Assignment | Find the line holding "-6.917165349), (-1.510078765, -5.502951786))" in the entries below. Give it again exactly, along with every line after it up to and including the line holding "52.798563404), (230.075707673, 27.626990528))".

Excerpted records |
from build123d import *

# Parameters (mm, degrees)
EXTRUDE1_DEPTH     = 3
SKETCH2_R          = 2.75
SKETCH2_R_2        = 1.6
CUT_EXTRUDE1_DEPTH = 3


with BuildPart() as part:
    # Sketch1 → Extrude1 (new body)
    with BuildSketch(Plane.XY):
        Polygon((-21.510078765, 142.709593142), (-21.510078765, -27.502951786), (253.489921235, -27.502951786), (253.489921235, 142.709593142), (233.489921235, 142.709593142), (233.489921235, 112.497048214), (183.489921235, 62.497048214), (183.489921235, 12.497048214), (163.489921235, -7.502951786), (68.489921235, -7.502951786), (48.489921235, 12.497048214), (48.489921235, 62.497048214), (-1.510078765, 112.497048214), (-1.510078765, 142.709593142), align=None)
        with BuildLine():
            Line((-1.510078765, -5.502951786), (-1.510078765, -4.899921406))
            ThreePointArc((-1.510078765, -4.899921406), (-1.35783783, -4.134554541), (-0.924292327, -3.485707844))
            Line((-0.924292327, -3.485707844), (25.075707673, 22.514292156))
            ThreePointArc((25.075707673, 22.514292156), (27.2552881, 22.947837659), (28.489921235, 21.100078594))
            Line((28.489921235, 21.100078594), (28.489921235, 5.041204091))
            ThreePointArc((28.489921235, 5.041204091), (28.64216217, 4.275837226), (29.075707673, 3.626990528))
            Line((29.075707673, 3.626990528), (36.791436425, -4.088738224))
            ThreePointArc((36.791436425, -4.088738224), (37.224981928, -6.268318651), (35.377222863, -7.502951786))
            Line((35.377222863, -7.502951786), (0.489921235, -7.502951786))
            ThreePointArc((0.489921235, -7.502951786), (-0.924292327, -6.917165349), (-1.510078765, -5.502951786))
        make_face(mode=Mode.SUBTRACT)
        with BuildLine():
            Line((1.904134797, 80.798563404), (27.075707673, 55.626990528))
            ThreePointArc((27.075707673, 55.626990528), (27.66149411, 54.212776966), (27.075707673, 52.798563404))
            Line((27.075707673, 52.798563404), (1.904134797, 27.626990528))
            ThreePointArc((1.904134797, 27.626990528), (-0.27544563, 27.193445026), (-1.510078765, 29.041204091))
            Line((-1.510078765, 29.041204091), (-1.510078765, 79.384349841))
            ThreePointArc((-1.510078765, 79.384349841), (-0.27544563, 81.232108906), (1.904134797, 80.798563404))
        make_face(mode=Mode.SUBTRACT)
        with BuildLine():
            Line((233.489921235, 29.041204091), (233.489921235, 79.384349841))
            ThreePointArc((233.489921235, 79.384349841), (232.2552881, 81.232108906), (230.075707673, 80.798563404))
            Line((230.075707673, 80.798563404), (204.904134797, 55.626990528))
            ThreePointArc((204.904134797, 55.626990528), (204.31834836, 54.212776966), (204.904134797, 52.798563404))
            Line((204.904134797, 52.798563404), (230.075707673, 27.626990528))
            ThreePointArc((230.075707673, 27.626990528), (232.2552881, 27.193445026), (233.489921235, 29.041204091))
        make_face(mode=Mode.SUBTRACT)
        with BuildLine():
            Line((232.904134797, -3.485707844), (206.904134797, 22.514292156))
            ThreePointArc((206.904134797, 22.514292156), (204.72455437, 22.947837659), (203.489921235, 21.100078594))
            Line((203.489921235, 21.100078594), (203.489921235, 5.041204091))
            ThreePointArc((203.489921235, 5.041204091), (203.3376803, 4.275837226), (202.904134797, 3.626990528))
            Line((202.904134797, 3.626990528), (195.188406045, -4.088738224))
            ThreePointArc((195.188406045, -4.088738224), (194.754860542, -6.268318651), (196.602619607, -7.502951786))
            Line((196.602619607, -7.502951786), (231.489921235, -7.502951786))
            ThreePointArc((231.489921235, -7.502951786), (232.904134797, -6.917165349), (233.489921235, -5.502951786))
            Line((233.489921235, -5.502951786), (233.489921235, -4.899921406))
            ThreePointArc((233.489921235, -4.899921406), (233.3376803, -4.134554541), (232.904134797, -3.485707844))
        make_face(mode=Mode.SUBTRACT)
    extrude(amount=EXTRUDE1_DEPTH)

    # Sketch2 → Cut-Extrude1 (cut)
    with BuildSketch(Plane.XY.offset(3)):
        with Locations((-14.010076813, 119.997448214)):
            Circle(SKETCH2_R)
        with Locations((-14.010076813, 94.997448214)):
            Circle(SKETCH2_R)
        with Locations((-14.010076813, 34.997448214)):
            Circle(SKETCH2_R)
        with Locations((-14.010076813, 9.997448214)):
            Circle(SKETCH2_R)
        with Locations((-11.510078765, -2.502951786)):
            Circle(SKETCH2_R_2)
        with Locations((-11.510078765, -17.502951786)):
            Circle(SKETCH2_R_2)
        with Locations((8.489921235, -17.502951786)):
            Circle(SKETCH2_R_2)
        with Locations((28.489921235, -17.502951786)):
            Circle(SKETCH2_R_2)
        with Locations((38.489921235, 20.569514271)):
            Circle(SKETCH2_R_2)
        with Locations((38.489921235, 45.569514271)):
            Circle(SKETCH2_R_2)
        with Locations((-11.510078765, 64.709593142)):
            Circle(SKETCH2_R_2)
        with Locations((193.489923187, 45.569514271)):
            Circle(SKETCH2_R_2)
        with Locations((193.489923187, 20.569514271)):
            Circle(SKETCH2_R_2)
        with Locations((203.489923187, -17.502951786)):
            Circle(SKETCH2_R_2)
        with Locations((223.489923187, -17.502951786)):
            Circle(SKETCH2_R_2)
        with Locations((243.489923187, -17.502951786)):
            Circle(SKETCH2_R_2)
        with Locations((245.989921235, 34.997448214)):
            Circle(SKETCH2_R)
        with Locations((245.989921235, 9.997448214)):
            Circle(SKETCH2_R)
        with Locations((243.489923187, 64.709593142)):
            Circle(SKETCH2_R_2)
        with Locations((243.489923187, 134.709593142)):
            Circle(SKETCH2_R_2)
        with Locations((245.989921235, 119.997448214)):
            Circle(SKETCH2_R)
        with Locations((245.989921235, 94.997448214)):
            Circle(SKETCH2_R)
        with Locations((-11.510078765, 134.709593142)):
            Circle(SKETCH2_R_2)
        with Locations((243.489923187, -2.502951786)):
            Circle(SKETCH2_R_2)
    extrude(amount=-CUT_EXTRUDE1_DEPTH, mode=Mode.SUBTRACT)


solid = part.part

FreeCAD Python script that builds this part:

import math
import FreeCAD as App
import Part
import Sketcher

V = App.Vector
Q = App.Units.Quantity

doc = App.newDocument("Part")
body = doc.addObject("PartDesign::Body", "Body")

sketch1 = body.newObject("Sketcher::SketchObject", "Sketch")
sketch1.AttachmentSupport = (doc.getObject("XY_Plane"), [""])
sketch1.MapMode = "FlatFace"
sketch1.addGeometry([
    Part.LineSegment(V(-21.5, 142.7, 0), V(-21.5, -27.5, 0)),
    Part.LineSegment(V(-21.5, -27.5, 0), V(253.5, -27.5, 0)),
    Part.LineSegment(V(253.5, -27.5, 0), V(253.5, 142.7, 0)),
    Part.LineSegment(V(253.5, 142.7, 0), V(233.5, 142.7, 0)),
    Part.LineSegment(V(233.5, 142.7, 0), V(233.5, 112.5, 0)),
    Part.LineSegment(V(233.5, 112.5, 0), V(183.5, 62.5, 0)),
    Part.LineSegment(V(183.5, 62.5, 0), V(183.5, 12.5, 0)),
    Part.LineSegment(V(183.5, 12.5, 0), V(163.5, -7.5, 0)),
    Part.LineSegment(V(163.5, -7.5, 0), V(68.5, -7.5, 0)),
    Part.LineSegment(V(68.5, -7.5, 0), V(48.5, 12.5, 0)),
    Part.LineSegment(V(48.5, 12.5, 0), V(48.5, 62.5, 0)),
    Part.LineSegment(V(48.5, 62.5, 0), V(-1.5, 112.5, 0)),
    Part.LineSegment(V(-1.5, 112.5, 0), V(-1.5, 142.7, 0)),
    Part.LineSegment(V(-1.5, 142.7, 0), V(-21.5, 142.7, 0)),
    Part.ArcOfCircle(Part.Circle(V(0.5, -5.5, 0), V(0, 0, 1), 2), math.radians(180), math.radians(270)),
    Part.LineSegment(V(-1.5, -5.5, 0), V(-1.5, -4.9, 0)),
    Part.ArcOfCircle(Part.Circle(V(0.5, -4.9, 0), V(0, 0, 1), 2), math.radians(135), math.radians(180)),
    Part.LineSegment(V(-0.9, -3.5, 0), V(25.1, 22.5, 0)),
    Part.ArcOfCircle(Part.Circle(V(26.5, 21.1, 0), V(0, 0, 1), 2), math.radians(0), math.radians(135)),
    Part.LineSegment(V(28.5, 21.1, 0), V(28.5, 5, 0)),
    Part.ArcOfCircle(Part.Circle(V(30.5, 5, 0), V(0, 0, 1), 2), math.radians(180), math.radians(225)),
    Part.LineSegment(V(29.1, 3.6, 0), V(36.8, -4.1, 0)),
    Part.ArcOfCircle(Part.Circle(V(35.4, -5.5, 0), V(0, 0, 1), 2), math.radians(-90), math.radians(45)),
    Part.LineSegment(V(35.4, -7.5, 0), V(0.5, -7.5, 0)),
    Part.LineSegment(V(206.9, 22.5, 0), V(232.9, -3.5, 0)),
    Part.ArcOfCircle(Part.Circle(V(231.5, -4.9, 0), V(0, 0, 1), 2), math.radians(0), math.radians(45)),
    Part.LineSegment(V(233.5, -4.9, 0), V(233.5, -5.5, 0)),
    Part.ArcOfCircle(Part.Circle(V(231.5, -5.5, 0), V(0, 0, 1), 2), math.radians(-90), math.radians(0)),
    Part.LineSegment(V(231.5, -7.5, 0), V(196.6, -7.5, 0)),
    Part.ArcOfCircle(Part.Circle(V(196.6, -5.5, 0), V(0, 0, 1), 2), math.radians(135), math.radians(270)),
    Part.LineSegment(V(195.2, -4.1, 0), V(202.9, 3.6, 0)),
    Part.ArcOfCircle(Part.Circle(V(201.5, 5, 0), V(0, 0, 1), 2), math.radians(-45), math.radians(0)),
    Part.LineSegment(V(203.5, 5, 0), V(203.5, 21.1, 0)),
    Part.ArcOfCircle(Part.Circle(V(205.5, 21.1, 0), V(0, 0, 1), 2), math.radians(45), math.radians(180)),
    Part.ArcOfCircle(Part.Circle(V(0.5, 79.4, 0), V(0, 0, 1), 2), math.radians(45), math.radians(180)),
    Part.LineSegment(V(1.9, 80.8, 0), V(27.1, 55.6, 0)),
    Part.ArcOfCircle(Part.Circle(V(25.7, 54.2, 0), V(0, 0, 1), 2), math.radians(-45), math.radians(45)),
    Part.LineSegment(V(27.1, 52.8, 0), V(1.9, 27.6, 0)),
    Part.ArcOfCircle(Part.Circle(V(0.5, 29, 0), V(0, 0, 1), 2), math.radians(180), math.radians(315)),
    Part.LineSegment(V(-1.5, 29, 0), V(-1.5, 79.4, 0)),
    Part.LineSegment(V(233.5, 79.4, 0), V(233.5, 29, 0)),
    Part.ArcOfCircle(Part.Circle(V(231.5, 29, 0), V(0, 0, 1), 2), math.radians(-135), math.radians(0)),
    Part.LineSegment(V(230.1, 27.6, 0), V(204.9, 52.8, 0)),
    Part.ArcOfCircle(Part.Circle(V(206.3, 54.2, 0), V(0, 0, 1), 2), math.radians(135), math.radians(225)),
    Part.LineSegment(V(204.9, 55.6, 0), V(230.1, 80.8, 0)),
    Part.ArcOfCircle(Part.Circle(V(231.5, 79.4, 0), V(0, 0, 1), 2), math.radians(0), math.radians(135)),
], False)
sketch1.addConstraint([
    Sketcher.Constraint("Coincident", 0, 2, 1, 1),
    Sketcher.Constraint("Coincident", 1, 2, 2, 1),
    Sketcher.Constraint("Coincident", 2, 2, 3, 1),
    Sketcher.Constraint("Coincident", 3, 2, 4, 1),
    Sketcher.Constraint("Coincident", 4, 2, 5, 1),
    Sketcher.Constraint("Coincident", 5, 2, 6, 1),
    Sketcher.Constraint("Coincident", 6, 2, 7, 1),
    Sketcher.Constraint("Coincident", 7, 2, 8, 1),
    Sketcher.Constraint("Coincident", 8, 2, 9, 1),
    Sketcher.Constraint("Coincident", 9, 2, 10, 1),
    Sketcher.Constraint("Coincident", 10, 2, 11, 1),
    Sketcher.Constraint("Coincident", 11, 2, 12, 1),
    Sketcher.Constraint("Coincident", 12, 2, 13, 1),
    Sketcher.Constraint("Coincident", 13, 2, 0, 1),
    Sketcher.Constraint("Tangent", 14, 1, 15, 1),
    Sketcher.Constraint("Tangent", 15, 2, 16, 2),
    Sketcher.Constraint("Tangent", 16, 1, 17, 1),
    Sketcher.Constraint("Tangent", 17, 2, 18, 2),
    Sketcher.Constraint("Tangent", 18, 1, 19, 1),
    Sketcher.Constraint("Tangent", 19, 2, 20, 1),
    Sketcher.Constraint("Tangent", 20, 2, 21, 1),
    Sketcher.Constraint("Tangent", 21, 2, 22, 2),
    Sketcher.Constraint("Tangent", 22, 1, 23, 1),
    Sketcher.Constraint("Tangent", 23, 2, 14, 2),
    Sketcher.Constraint("Tangent", 24, 2, 25, 2),
    Sketcher.Constraint("Tangent", 25, 1, 26, 1),
    Sketcher.Constraint("Tangent", 26, 2, 27, 2),
    Sketcher.Constraint("Tangent", 27, 1, 28, 1),
    Sketcher.Constraint("Tangent", 28, 2, 29, 2),
    Sketcher.Constraint("Tangent", 29, 1, 30, 1),
    Sketcher.Constraint("Tangent", 30, 2, 31, 1),
    Sketcher.Constraint("Tangent", 31, 2, 32, 1),
    Sketcher.Constraint("Tangent", 32, 2, 33, 2),
    Sketcher.Constraint("Tangent", 33, 1, 24, 1),
    Sketcher.Constraint("Tangent", 34, 1, 35, 1),
    Sketcher.Constraint("Tangent", 35, 2, 36, 2),
    Sketcher.Constraint("Tangent", 36, 1, 37, 1),
    Sketcher.Constraint("Tangent", 37, 2, 38, 2),
    Sketcher.Constraint("Tangent", 38, 1, 39, 1),
    Sketcher.Constraint("Tangent", 39, 2, 34, 2),
    Sketcher.Constraint("Tangent", 40, 2, 41, 2),
    Sketcher.Constraint("Tangent", 41, 1, 42, 1),
    Sketcher.Constraint("Tangent", 42, 2, 43, 2),
    Sketcher.Constraint("Tangent", 43, 1, 44, 1),
    Sketcher.Constraint("Tangent", 44, 2, 45, 2),
    Sketcher.Constraint("Tangent", 45, 1, 40, 1),
    Sketcher.Constraint("Vertical", 0),
    Sketcher.Constraint("Horizontal", 1),
    Sketcher.Constraint("Vertical", 2),
    Sketcher.Constraint("Horizontal", 3),
    Sketcher.Constraint("Vertical", 4),
    Sketcher.Constraint("Vertical", 6),
    Sketcher.Constraint("Horizontal", 8),
    Sketcher.Constraint("Vertical", 10),
    Sketcher.Constraint("Vertical", 12),
    Sketcher.Constraint("Horizontal", 13),
    Sketcher.Constraint("Vertical", 15),
    Sketcher.Constraint("Vertical", 19),
    Sketcher.Constraint("Horizontal", 23),
    Sketcher.Constraint("Vertical", 26),
    Sketcher.Constraint("Horizontal", 28),
    Sketcher.Constraint("Vertical", 32),
    Sketcher.Constraint("Vertical", 39),
    Sketcher.Constraint("Vertical", 40),
    Sketcher.Constraint("Equal", 14, 16),
    Sketcher.Constraint("Equal", 16, 18),
    Sketcher.Constraint("Equal", 18, 20),
    Sketcher.Constraint("Equal", 20, 22),
    Sketcher.Constraint("Equal", 22, 25),
    Sketcher.Constraint("Equal", 25, 27),
    Sketcher.Constraint("Equal", 27, 29),
    Sketcher.Constraint("Equal", 29, 31),
    Sketcher.Constraint("Equal", 31, 33),
    Sketcher.Constraint("Equal", 33, 34),
    Sketcher.Constraint("Equal", 34, 36),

Output for this exercise |
            ThreePointArc((0.489921235, -7.502951786), (-0.924292327, -6.917165349), (-1.510078765, -5.502951786))
        make_face(mode=Mode.SUBTRACT)
        with BuildLine():
            Line((1.904134797, 80.798563404), (27.075707673, 55.626990528))
            ThreePointArc((27.075707673, 55.626990528), (27.66149411, 54.212776966), (27.075707673, 52.798563404))
            Line((27.075707673, 52.798563404), (1.904134797, 27.626990528))
            ThreePointArc((1.904134797, 27.626990528), (-0.27544563, 27.193445026), (-1.510078765, 29.041204091))
            Line((-1.510078765, 29.041204091), (-1.510078765, 79.384349841))
            ThreePointArc((-1.510078765, 79.384349841), (-0.27544563, 81.232108906), (1.904134797, 80.798563404))
        make_face(mode=Mode.SUBTRACT)
        with BuildLine():
            Line((233.489921235, 29.041204091), (233.489921235, 79.384349841))
            ThreePointArc((233.489921235, 79.384349841), (232.2552881, 81.232108906), (230.075707673, 80.798563404))
            Line((230.075707673, 80.798563404), (204.904134797, 55.626990528))
            ThreePointArc((204.904134797, 55.626990528), (204.31834836, 54.212776966), (204.904134797, 52.798563404))
            Line((204.904134797, 52.798563404), (230.075707673, 27.626990528))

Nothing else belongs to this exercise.